━━━━━ Data for the task

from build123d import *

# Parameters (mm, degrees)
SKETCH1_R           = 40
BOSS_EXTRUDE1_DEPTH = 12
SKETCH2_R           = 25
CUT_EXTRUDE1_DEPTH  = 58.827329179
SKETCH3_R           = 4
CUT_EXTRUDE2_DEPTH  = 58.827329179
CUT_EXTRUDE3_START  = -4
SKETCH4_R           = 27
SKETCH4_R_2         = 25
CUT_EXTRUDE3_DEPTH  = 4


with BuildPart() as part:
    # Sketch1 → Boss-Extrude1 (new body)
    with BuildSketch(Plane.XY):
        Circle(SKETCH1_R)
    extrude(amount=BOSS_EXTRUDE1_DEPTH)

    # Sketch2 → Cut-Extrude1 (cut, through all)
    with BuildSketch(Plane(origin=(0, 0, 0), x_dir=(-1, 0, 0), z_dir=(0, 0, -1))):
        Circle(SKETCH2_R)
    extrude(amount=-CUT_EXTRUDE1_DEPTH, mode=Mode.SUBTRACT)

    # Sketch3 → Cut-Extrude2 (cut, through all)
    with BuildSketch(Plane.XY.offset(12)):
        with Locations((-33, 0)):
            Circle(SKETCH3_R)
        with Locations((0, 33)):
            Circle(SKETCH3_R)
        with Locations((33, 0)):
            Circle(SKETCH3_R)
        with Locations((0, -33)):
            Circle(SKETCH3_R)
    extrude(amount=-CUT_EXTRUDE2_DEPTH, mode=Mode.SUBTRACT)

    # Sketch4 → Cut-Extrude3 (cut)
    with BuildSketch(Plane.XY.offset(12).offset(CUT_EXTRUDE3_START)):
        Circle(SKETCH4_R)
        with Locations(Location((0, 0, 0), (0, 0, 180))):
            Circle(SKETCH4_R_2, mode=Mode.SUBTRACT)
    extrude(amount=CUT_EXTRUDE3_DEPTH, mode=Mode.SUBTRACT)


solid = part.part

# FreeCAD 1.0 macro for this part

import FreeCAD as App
import Part
import Sketcher

doc = App.newDocument("Part")
body = doc.addObject("PartDesign::Body", "Body")

# Sketch on XY plane
sketch1 = doc.addObject("Sketcher::SketchObject", "Sketch")
body.addObject(sketch1)
sketch1.AttachmentSupport = (doc.XY_Plane, [""])
sketch1.MapMode = "FlatFace"
sketch1.addGeometry(Part.Circle(App.Vector(0, 0, 0), App.Vector(0, 0, 1), 40), False)
sketch1.addConstraint([
    Sketcher.Constraint("Coincident", 0, 3, -1, 1),
    Sketcher.Constraint("Diameter", 0, 80.0),
])
pad1 = doc.addObject("PartDesign::Pad", "Pad")
body.addObject(pad1)
pad1.Profile = sketch1
pad1.Length = 12

# Sketch on XY plane
sketch2 = doc.addObject("Sketcher::SketchObject", "Sketch001")
body.addObject(sketch2)
sketch2.AttachmentSupport = (doc.XY_Plane, [""])
sketch2.MapMode = "FlatFace"
sketch2.addGeometry(Part.Circle(App.Vector(0, 0, 0), App.Vector(0, 0, 1), 25), False)
sketch2.addConstraint([
    Sketcher.Constraint("Coincident", 0, 3, -1, 1),
    Sketcher.Constraint("Diameter", 0, 50.0),
])
pocket1 = doc.addObject("PartDesign::Pocket", "Pocket")
body.addObject(pocket1)
pocket1.Profile = sketch2
pocket1.Type = "ThroughAll"
pocket1.Reversed = True

# Sketch on XY plane
sketch3 = doc.addObject("Sketcher::SketchObject", "Sketch002")
body.addObject(sketch3)
sketch3.AttachmentSupport = (doc.XY_Plane, [""])
sketch3.MapMode = "FlatFace"
sketch3.AttachmentOffset = App.Placement(App.Vector(0, 0, 12), App.Rotation())
sketch3.addGeometry([
    Part.Circle(App.Vector(-33, 0, 0), App.Vector(0, 0, 1), 4),
    Part.Circle(App.Vector(0, 33, 0), App.Vector(0, 0, 1), 4),
    Part.Circle(App.Vector(33, 0, 0), App.Vector(0, 0, 1), 4),
    Part.Circle(App.Vector(0, -33, 0), App.Vector(0, 0, 1), 4),
], False)
sketch3.addConstraint([
    Sketcher.Constraint("Equal", 0, 1),
    Sketcher.Constraint("Equal", 1, 2),
    Sketcher.Constraint("Equal", 2, 3),
    Sketcher.Constraint("Symmetric", 0, 3, 2, 3, -1, 1),
    Sketcher.Constraint("Symmetric", 1, 3, 3, 3, -1, 1),
    Sketcher.Constraint("PointOnObject", 0, 3, -1),
    Sketcher.Constraint("PointOnObject", 1, 3, -2),
    Sketcher.Constraint("Diameter", 0, 8.0),
    Sketcher.Constraint("DistanceX", 0, 3, -1, 1, 33.0),
    Sketcher.Constraint("DistanceY", -1, 1, 1, 3, 33.0),
])
pocket2 = doc.addObject("PartDesign::Pocket", "Pocket001")
body.addObject(pocket2)
pocket2.Profile = sketch3
pocket2.Type = "ThroughAll"

# Sketch on XY plane
sketch4 = doc.addObject("Sketcher::SketchObject", "Sketch003")
body.addObject(sketch4)
sketch4.AttachmentSupport = (doc.XY_Plane, [""])
sketch4.MapMode = "FlatFace"
sketch4.AttachmentOffset = App.Placement(App.Vector(0, 0, 8), App.Rotation())
sketch4.addGeometry([
    Part.Circle(App.Vector(0, 0, 0), App.Vector(0, 0, 1), 27),
    Part.Circle(App.Vector(0, 0, 0), App.Vector(0, 0, 1), 25),
], False)
sketch4.addConstraint([
    Sketcher.Constraint("Coincident", 0, 3, -1, 1),
    Sketcher.Constraint("Coincident", 1, 3, -1, 1),
    Sketcher.Constraint("Diameter", 0, 54.0),
    Sketcher.Constraint("Diameter", 1, 50.0),
])
pocket3 = doc.addObject("PartDesign::Pocket", "Pocket002")
body.addObject(pocket3)
pocket3.Profile = sketch4
pocket3.Length = 4
pocket3.Reversed = True

doc.recompute()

━━━━━━━━━━

Instructions for the task: Every line of the data must be reproduced exactly.

Reply to the exercise:
from build123d import *

# Parameters (mm, degrees)
SKETCH1_R           = 40
BOSS_EXTRUDE1_DEPTH = 12
SKETCH2_R           = 25
CUT_EXTRUDE1_DEPTH  = 58.827329179
SKETCH3_R           = 4
CUT_EXTRUDE2_DEPTH  = 58.827329179
CUT_EXTRUDE3_START  = -4
SKETCH4_R           = 27
SKETCH4_R_2         = 25
CUT_EXTRUDE3_DEPTH  = 4


with BuildPart() as part:
    # Sketch1 → Boss-Extrude1 (new body)
    with BuildSketch(Plane.XY):
        Circle(SKETCH1_R)
    extrude(amount=BOSS_EXTRUDE1_DEPTH)

    # Sketch2 → Cut-Extrude1 (cut, through all)
    with BuildSketch(Plane(origin=(0, 0, 0), x_dir=(-1, 0, 0), z_dir=(0, 0, -1))):
        Circle(SKETCH2_R)
    extrude(amount=-CUT_EXTRUDE1_DEPTH, mode=Mode.SUBTRACT)

    # Sketch3 → Cut-Extrude2 (cut, through all)
    with BuildSketch(Plane.XY.offset(12)):
        with Locations((-33, 0)):
            Circle(SKETCH3_R)
        with Locations((0, 33)):
            Circle(SKETCH3_R)
        with Locations((33, 0)):
            Circle(SKETCH3_R)
        with Locations((0, -33)):
            Circle(SKETCH3_R)
    extrude(amount=-CUT_EXTRUDE2_DEPTH, mode=Mode.SUBTRACT)

    # Sketch4 → Cut-Extrude3 (cut)
    with BuildSketch(Plane.XY.offset(12).offset(CUT_EXTRUDE3_START)):
        Circle(SKETCH4_R)
        with Locations(Location((0, 0, 0), (0, 0, 180))):
            Circle(SKETCH4_R_2, mode=Mode.SUBTRACT)
    extrude(amount=CUT_EXTRUDE3_DEPTH, mode=Mode.SUBTRACT)


solid = part.part

# FreeCAD 1.0 macro for this part

import FreeCAD as App
import Part
import Sketcher

doc = App.newDocument("Part")
body = doc.addObject("PartDesign::Body", "Body")

# Sketch on XY plane
sketch1 = doc.addObject("Sketcher::SketchObject", "Sketch")
body.addObject(sketch1)
sketch1.AttachmentSupport = (doc.XY_Plane, [""])
sketch1.MapMode = "FlatFace"
sketch1.addGeometry(Part.Circle(App.Vector(0, 0, 0), App.Vector(0, 0, 1), 40), False)
sketch1.addConstraint([
    Sketcher.Constraint("Coincident", 0, 3, -1, 1),
    Sketcher.Constraint("Diameter", 0, 80.0),
])
pad1 = doc.addObject("PartDesign::Pad", "Pad")
body.addObject(pad1)
pad1.Profile = sketch1
pad1.Length = 12

# Sketch on XY plane
sketch2 = doc.addObject("Sketcher::SketchObject", "Sketch001")
body.addObject(sketch2)
sketch2.AttachmentSupport = (doc.XY_Plane, [""])
sketch2.MapMode = "FlatFace"
sketch2.addGeometry(Part.Circle(App.Vector(0, 0, 0), App.Vector(0, 0, 1), 25), False)
sketch2.addConstraint([
    Sketcher.Constraint("Coincident", 0, 3, -1, 1),
    Sketcher.Constraint("Diameter", 0, 50.0),
])
pocket1 = doc.addObject("PartDesign::Pocket", "Pocket")
body.addObject(pocket1)
pocket1.Profile = sketch2
pocket1.Type = "ThroughAll"
pocket1.Reversed = True

# Sketch on XY plane
sketch3 = doc.addObject("Sketcher::SketchObject", "Sketch002")
body.addObject(sketch3)
sketch3.AttachmentSupport = (doc.XY_Plane, [""])
sketch3.MapMode = "FlatFace"
sketch3.AttachmentOffset = App.Placement(App.Vector(0, 0, 12), App.Rotation())
sketch3.addGeometry([
    Part.Circle(App.Vector(-33, 0, 0), App.Vector(0, 0, 1), 4),
    Part.Circle(App.Vector(0, 33, 0), App.Vector(0, 0, 1), 4),
    Part.Circle(App.Vector(33, 0, 0), App.Vector(0, 0, 1), 4),
    Part.Circle(App.Vector(0, -33, 0), App.Vector(0, 0, 1), 4),
], False)
sketch3.addConstraint([
    Sketcher.Constraint("Equal", 0, 1),
    Sketcher.Constraint("Equal", 1, 2),
    Sketcher.Constraint("Equal", 2, 3),
    Sketcher.Constraint("Symmetric", 0, 3, 2, 3, -1, 1),
    Sketcher.Constraint("Symmetric", 1, 3, 3, 3, -1, 1),
    Sketcher.Constraint("PointOnObject", 0, 3, -1),
    Sketcher.Constraint("PointOnObject", 1, 3, -2),
    Sketcher.Constraint("Diameter", 0, 8.0),
    Sketcher.Constraint("DistanceX", 0, 3, -1, 1, 33.0),
    Sketcher.Constraint("DistanceY", -1, 1, 1, 3, 33.0),
])
pocket2 = doc.addObject("PartDesign::Pocket", "Pocket001")
body.addObject(pocket2)
pocket2.Profile = sketch3
pocket2.Type = "ThroughAll"

# Sketch on XY plane
sketch4 = doc.addObject("Sketcher::SketchObject", "Sketch003")
body.addObject(sketch4)
sketch4.AttachmentSupport = (doc.XY_Plane, [""])
sketch4.MapMode = "FlatFace"
sketch4.AttachmentOffset = App.Placement(App.Vector(0, 0, 8), App.Rotation())
sketch4.addGeometry([
    Part.Circle(App.Vector(0, 0, 0), App.Vector(0, 0, 1), 27),
    Part.Circle(App.Vector(0, 0, 0), App.Vector(0, 0, 1), 25),
], False)
sketch4.addConstraint([
    Sketcher.Constraint("Coincident", 0, 3, -1, 1),
    Sketcher.Constraint("Coincident", 1, 3, -1, 1),
    Sketcher.Constraint("Diameter", 0, 54.0),
    Sketcher.Constraint("Diameter", 1, 50.0),
])
pocket3 = doc.addObject("PartDesign::Pocket", "Pocket002")
body.addObject(pocket3)
pocket3.Profile = sketch4
pocket3.Length = 4
pocket3.Reversed = True

doc.recompute()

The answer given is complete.